⟨

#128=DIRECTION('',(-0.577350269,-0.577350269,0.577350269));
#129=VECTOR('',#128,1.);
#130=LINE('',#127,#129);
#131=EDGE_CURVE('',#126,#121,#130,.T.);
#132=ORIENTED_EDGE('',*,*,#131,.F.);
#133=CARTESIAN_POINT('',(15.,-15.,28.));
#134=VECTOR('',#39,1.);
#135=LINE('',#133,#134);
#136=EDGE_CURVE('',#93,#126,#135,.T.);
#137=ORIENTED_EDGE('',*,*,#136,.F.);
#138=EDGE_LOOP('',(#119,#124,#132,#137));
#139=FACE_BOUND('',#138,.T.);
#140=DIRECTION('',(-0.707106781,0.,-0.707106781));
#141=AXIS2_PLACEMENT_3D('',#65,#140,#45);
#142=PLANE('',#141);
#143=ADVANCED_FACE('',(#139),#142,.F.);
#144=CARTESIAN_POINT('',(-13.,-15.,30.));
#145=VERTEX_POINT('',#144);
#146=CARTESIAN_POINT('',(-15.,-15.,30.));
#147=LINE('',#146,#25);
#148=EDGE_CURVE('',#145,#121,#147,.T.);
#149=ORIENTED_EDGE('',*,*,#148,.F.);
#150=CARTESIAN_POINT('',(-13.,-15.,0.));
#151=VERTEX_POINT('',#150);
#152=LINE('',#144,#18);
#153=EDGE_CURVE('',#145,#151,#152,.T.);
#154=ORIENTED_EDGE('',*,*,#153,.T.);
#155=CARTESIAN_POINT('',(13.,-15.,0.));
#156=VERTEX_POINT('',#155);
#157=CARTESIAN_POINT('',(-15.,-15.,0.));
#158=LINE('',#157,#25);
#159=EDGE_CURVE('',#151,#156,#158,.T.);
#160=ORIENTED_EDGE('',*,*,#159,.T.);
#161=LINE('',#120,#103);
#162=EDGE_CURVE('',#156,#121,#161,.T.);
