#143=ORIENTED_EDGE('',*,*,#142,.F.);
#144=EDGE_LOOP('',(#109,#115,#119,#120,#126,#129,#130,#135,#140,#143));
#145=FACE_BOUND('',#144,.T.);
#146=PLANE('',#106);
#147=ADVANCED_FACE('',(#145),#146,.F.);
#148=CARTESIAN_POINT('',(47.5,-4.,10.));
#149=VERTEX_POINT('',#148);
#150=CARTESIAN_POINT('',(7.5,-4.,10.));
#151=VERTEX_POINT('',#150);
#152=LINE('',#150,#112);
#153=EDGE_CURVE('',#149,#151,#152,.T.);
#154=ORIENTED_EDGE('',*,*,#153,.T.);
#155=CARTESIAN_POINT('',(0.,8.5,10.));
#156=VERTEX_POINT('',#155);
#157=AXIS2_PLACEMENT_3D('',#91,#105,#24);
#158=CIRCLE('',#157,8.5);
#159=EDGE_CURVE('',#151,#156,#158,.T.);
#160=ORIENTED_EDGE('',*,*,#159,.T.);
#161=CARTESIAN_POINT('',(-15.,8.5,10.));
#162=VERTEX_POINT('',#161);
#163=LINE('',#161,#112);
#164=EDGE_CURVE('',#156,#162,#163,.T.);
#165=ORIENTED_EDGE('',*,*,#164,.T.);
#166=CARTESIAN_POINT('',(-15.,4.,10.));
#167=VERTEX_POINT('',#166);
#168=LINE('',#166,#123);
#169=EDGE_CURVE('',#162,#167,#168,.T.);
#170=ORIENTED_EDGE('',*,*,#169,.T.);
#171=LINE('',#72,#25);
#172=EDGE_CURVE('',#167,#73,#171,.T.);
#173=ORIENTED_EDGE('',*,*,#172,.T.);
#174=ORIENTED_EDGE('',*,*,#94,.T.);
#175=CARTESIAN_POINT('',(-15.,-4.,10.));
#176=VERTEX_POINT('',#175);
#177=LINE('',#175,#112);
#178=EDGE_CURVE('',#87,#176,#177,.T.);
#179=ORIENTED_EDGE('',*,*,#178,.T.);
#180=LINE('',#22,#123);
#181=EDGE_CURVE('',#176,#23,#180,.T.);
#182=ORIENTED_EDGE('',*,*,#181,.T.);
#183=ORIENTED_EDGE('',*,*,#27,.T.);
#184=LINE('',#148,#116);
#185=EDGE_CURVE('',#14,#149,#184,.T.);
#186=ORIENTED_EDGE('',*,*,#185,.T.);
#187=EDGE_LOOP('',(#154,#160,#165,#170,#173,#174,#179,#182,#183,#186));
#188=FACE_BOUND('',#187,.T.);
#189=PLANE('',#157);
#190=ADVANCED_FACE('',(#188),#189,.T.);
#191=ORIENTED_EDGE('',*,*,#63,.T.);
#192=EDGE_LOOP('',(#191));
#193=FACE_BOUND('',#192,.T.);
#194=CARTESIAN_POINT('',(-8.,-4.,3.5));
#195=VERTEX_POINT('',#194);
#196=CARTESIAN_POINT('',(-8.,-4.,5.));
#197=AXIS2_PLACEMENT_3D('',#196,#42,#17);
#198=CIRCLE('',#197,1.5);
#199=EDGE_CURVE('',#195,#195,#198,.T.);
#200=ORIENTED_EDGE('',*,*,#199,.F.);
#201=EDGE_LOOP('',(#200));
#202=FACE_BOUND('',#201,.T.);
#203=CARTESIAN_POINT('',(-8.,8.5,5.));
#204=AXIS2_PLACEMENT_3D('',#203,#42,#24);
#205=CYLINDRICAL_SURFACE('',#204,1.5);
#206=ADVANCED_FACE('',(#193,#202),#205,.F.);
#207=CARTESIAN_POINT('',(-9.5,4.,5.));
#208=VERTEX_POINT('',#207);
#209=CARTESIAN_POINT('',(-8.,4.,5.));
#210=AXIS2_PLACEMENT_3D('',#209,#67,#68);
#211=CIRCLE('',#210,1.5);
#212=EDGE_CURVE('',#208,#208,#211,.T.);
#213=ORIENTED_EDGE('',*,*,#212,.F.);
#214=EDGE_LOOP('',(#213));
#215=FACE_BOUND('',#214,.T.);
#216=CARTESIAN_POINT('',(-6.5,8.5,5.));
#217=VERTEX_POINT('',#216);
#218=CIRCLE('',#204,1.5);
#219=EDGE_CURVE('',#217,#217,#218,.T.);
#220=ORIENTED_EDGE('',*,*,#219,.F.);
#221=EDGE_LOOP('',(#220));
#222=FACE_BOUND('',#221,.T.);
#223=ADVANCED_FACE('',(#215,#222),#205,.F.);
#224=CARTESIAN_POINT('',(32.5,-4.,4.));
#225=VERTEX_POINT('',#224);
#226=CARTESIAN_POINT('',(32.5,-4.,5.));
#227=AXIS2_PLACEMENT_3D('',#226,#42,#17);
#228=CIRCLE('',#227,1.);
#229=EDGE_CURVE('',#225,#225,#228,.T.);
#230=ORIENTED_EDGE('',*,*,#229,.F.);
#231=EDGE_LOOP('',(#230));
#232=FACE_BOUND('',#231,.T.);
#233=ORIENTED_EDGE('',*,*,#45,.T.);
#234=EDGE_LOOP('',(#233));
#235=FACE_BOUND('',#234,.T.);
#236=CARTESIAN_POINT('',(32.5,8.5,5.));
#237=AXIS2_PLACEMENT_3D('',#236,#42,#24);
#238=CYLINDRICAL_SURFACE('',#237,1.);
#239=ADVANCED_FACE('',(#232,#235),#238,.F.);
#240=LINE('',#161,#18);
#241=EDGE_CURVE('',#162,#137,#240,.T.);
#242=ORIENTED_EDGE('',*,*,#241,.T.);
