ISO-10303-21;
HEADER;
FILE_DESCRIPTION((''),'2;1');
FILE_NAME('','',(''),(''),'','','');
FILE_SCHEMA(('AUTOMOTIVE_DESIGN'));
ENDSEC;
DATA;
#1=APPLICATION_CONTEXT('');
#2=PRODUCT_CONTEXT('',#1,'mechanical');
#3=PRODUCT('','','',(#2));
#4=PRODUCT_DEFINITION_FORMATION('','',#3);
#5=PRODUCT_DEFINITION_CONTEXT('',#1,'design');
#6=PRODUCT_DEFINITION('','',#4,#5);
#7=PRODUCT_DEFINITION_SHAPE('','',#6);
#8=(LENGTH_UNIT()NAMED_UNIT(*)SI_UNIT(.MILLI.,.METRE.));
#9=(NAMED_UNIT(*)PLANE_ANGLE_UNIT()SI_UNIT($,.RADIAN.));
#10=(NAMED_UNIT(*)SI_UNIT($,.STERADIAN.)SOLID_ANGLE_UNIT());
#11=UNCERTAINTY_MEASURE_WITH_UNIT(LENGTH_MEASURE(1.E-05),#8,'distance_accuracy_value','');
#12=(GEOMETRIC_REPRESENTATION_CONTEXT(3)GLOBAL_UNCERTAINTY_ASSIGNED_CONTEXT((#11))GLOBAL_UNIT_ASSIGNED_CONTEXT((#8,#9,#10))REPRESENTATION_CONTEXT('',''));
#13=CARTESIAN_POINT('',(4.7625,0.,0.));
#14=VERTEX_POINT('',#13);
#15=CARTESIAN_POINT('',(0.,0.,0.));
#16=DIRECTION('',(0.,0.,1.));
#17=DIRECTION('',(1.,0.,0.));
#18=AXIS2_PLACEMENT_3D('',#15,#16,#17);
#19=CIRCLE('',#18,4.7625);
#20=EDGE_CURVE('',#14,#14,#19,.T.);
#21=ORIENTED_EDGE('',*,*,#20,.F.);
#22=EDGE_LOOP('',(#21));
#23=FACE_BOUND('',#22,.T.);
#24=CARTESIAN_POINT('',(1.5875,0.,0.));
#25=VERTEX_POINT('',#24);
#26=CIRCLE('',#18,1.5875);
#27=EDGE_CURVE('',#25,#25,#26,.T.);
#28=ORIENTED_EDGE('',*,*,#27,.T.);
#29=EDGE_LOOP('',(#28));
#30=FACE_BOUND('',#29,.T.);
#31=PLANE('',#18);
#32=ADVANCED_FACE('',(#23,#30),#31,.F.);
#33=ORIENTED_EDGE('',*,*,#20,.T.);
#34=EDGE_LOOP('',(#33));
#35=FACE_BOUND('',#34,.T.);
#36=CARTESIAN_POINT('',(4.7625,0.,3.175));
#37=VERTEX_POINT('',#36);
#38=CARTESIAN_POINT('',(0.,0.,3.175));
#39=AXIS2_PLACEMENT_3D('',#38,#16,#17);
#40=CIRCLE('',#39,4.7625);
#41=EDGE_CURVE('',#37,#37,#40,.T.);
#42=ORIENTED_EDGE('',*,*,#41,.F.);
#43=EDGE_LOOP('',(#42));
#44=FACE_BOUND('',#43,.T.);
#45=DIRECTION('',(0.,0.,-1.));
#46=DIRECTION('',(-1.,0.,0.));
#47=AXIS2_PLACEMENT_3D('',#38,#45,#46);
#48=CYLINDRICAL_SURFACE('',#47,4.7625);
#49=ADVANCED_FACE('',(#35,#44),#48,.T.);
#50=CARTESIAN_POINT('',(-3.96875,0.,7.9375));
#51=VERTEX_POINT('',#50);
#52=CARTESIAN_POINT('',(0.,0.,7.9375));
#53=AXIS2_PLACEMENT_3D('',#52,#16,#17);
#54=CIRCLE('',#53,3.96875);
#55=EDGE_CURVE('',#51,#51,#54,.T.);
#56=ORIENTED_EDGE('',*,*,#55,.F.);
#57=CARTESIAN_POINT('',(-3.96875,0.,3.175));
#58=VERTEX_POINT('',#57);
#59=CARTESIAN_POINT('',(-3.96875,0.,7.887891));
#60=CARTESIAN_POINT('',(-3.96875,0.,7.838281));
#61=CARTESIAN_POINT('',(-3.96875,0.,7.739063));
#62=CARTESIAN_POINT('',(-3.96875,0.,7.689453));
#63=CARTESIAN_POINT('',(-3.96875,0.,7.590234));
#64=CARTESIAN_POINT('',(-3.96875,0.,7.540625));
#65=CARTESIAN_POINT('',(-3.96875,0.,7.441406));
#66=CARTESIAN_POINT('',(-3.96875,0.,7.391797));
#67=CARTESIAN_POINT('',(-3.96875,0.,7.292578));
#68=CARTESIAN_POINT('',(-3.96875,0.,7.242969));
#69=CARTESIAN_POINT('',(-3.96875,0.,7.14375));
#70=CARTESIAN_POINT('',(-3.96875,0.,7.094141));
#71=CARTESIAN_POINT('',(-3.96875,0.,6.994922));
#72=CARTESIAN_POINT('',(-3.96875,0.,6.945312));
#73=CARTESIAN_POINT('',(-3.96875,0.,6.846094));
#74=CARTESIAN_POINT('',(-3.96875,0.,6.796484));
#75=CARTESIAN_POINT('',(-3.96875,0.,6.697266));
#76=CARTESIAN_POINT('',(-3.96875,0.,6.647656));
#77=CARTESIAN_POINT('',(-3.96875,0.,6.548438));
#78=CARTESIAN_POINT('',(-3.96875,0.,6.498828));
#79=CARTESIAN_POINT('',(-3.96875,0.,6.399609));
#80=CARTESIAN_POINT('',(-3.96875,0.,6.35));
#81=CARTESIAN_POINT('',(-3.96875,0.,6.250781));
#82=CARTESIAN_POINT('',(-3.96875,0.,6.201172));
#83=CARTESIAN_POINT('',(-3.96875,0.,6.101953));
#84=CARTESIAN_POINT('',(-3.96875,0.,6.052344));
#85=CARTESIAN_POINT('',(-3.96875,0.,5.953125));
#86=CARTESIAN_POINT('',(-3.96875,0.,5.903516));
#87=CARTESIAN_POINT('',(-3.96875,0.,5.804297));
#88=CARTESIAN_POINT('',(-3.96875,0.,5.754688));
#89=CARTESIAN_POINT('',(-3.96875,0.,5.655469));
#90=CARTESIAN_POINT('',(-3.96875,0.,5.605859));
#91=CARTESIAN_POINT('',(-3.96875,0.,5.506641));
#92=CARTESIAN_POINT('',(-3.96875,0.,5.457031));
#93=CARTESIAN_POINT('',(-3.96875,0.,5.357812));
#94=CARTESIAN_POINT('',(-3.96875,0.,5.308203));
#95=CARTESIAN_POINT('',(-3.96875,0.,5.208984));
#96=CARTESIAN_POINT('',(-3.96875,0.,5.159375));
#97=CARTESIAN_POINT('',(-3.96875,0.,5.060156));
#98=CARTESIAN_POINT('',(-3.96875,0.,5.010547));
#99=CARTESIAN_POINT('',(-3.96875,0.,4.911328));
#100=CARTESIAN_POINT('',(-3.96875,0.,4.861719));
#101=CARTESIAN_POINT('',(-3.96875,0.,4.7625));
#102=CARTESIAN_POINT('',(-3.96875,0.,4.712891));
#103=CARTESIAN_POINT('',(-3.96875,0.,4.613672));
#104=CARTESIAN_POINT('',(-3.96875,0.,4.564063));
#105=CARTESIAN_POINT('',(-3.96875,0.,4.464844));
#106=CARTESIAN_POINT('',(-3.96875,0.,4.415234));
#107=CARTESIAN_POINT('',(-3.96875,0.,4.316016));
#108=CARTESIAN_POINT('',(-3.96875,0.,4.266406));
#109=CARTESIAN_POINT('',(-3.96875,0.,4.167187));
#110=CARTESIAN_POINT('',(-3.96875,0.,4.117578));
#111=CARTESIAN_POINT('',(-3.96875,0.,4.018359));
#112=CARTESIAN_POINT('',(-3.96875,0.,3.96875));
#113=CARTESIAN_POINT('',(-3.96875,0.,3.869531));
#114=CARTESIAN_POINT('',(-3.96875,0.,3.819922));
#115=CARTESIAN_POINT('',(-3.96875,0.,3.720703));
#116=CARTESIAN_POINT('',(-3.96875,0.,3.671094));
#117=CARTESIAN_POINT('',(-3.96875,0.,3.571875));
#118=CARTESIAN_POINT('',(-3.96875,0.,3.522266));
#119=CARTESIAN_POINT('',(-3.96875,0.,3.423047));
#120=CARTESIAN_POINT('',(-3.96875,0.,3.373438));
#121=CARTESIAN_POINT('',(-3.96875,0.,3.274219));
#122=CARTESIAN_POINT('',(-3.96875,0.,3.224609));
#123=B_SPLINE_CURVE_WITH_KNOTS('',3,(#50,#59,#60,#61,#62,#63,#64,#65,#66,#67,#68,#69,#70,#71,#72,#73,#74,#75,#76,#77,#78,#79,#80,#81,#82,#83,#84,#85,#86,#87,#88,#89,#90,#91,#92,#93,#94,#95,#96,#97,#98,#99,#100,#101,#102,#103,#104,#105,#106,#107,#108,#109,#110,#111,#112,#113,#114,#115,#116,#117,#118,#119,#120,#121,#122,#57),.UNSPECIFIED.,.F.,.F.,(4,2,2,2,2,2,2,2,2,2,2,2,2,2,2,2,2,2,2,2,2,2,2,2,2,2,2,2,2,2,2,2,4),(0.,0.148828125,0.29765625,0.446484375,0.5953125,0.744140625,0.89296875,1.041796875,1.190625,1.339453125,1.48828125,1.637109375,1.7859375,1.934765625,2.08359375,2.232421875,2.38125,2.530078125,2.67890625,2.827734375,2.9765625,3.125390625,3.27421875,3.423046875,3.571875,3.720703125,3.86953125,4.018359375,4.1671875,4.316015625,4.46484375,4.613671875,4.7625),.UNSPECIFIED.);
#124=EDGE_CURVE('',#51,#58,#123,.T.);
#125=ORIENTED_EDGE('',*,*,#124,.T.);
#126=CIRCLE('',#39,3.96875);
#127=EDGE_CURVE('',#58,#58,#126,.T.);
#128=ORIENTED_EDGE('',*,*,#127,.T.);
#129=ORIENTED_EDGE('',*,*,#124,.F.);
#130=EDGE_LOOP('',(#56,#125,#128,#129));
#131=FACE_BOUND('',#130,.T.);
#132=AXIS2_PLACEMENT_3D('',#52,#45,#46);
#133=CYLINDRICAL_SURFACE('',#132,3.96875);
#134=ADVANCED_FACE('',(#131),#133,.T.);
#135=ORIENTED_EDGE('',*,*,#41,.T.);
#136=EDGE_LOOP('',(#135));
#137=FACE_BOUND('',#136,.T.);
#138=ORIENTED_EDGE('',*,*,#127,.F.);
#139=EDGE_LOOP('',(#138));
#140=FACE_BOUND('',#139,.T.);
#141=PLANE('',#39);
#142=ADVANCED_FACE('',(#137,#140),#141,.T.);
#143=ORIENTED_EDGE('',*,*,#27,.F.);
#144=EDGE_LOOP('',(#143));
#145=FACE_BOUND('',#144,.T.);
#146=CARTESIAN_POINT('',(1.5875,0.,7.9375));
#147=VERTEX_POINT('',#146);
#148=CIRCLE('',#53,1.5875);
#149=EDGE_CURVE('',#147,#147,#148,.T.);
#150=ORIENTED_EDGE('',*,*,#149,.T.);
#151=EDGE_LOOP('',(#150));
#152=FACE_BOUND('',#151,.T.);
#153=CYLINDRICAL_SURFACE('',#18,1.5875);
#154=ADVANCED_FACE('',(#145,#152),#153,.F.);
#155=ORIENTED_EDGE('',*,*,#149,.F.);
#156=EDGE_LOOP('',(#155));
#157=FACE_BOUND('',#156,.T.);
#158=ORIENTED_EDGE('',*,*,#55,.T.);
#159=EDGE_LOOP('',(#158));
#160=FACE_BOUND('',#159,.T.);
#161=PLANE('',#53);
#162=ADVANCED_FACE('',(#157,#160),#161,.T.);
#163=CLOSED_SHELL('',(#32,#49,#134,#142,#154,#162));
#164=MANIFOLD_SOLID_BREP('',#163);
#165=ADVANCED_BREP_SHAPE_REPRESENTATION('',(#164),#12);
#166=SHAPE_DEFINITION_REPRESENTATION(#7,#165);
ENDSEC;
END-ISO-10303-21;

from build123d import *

# Parameters (mm, degrees)
SKETCH1_R           = 4.7625
BOSS_EXTRUDE1_DEPTH = 3.175
SKETCH2_R           = 3.96875
BOSS_EXTRUDE2_DEPTH = 4.7625
SKETCH3_R           = 1.5875
CUT_EXTRUDE1_DEPTH  = 11.409933657


with BuildPart() as part:
    # Sketch1 → Boss-Extrude1 (new body)
    with BuildSketch(Plane.XY):
        Circle(SKETCH1_R)
    extrude(amount=BOSS_EXTRUDE1_DEPTH)

    # Sketch2 → Boss-Extrude2 (add)
    with BuildSketch(Plane.XY.offset(3.175)):
        with Locations(Location((0, 0, 0), (0, 0, 180))):
            Circle(SKETCH2_R)
    extrude(amount=BOSS_EXTRUDE2_DEPTH)

    # Sketch3 → Cut-Extrude1 (cut, through all)
    with BuildSketch(Plane.XY.offset(7.9375)):
        Circle(SKETCH3_R)
    extrude(amount=-CUT_EXTRUDE1_DEPTH, mode=Mode.SUBTRACT)


solid = part.part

⟩

WORK REQUEST — Repeat the data word for word, starting at its first line and stopping after the line that contains "#134=VECTOR('',#39,1.);".

ANSWER AREA —
#128=DIRECTION('',(-0.577350269,-0.577350269,0.577350269));
#129=VECTOR('',#128,1.);
#130=LINE('',#127,#129);
#131=EDGE_CURVE('',#126,#121,#130,.T.);
#132=ORIENTED_EDGE('',*,*,#131,.F.);
#133=CARTESIAN_POINT('',(15.,-15.,28.));
#134=VECTOR('',#39,1.);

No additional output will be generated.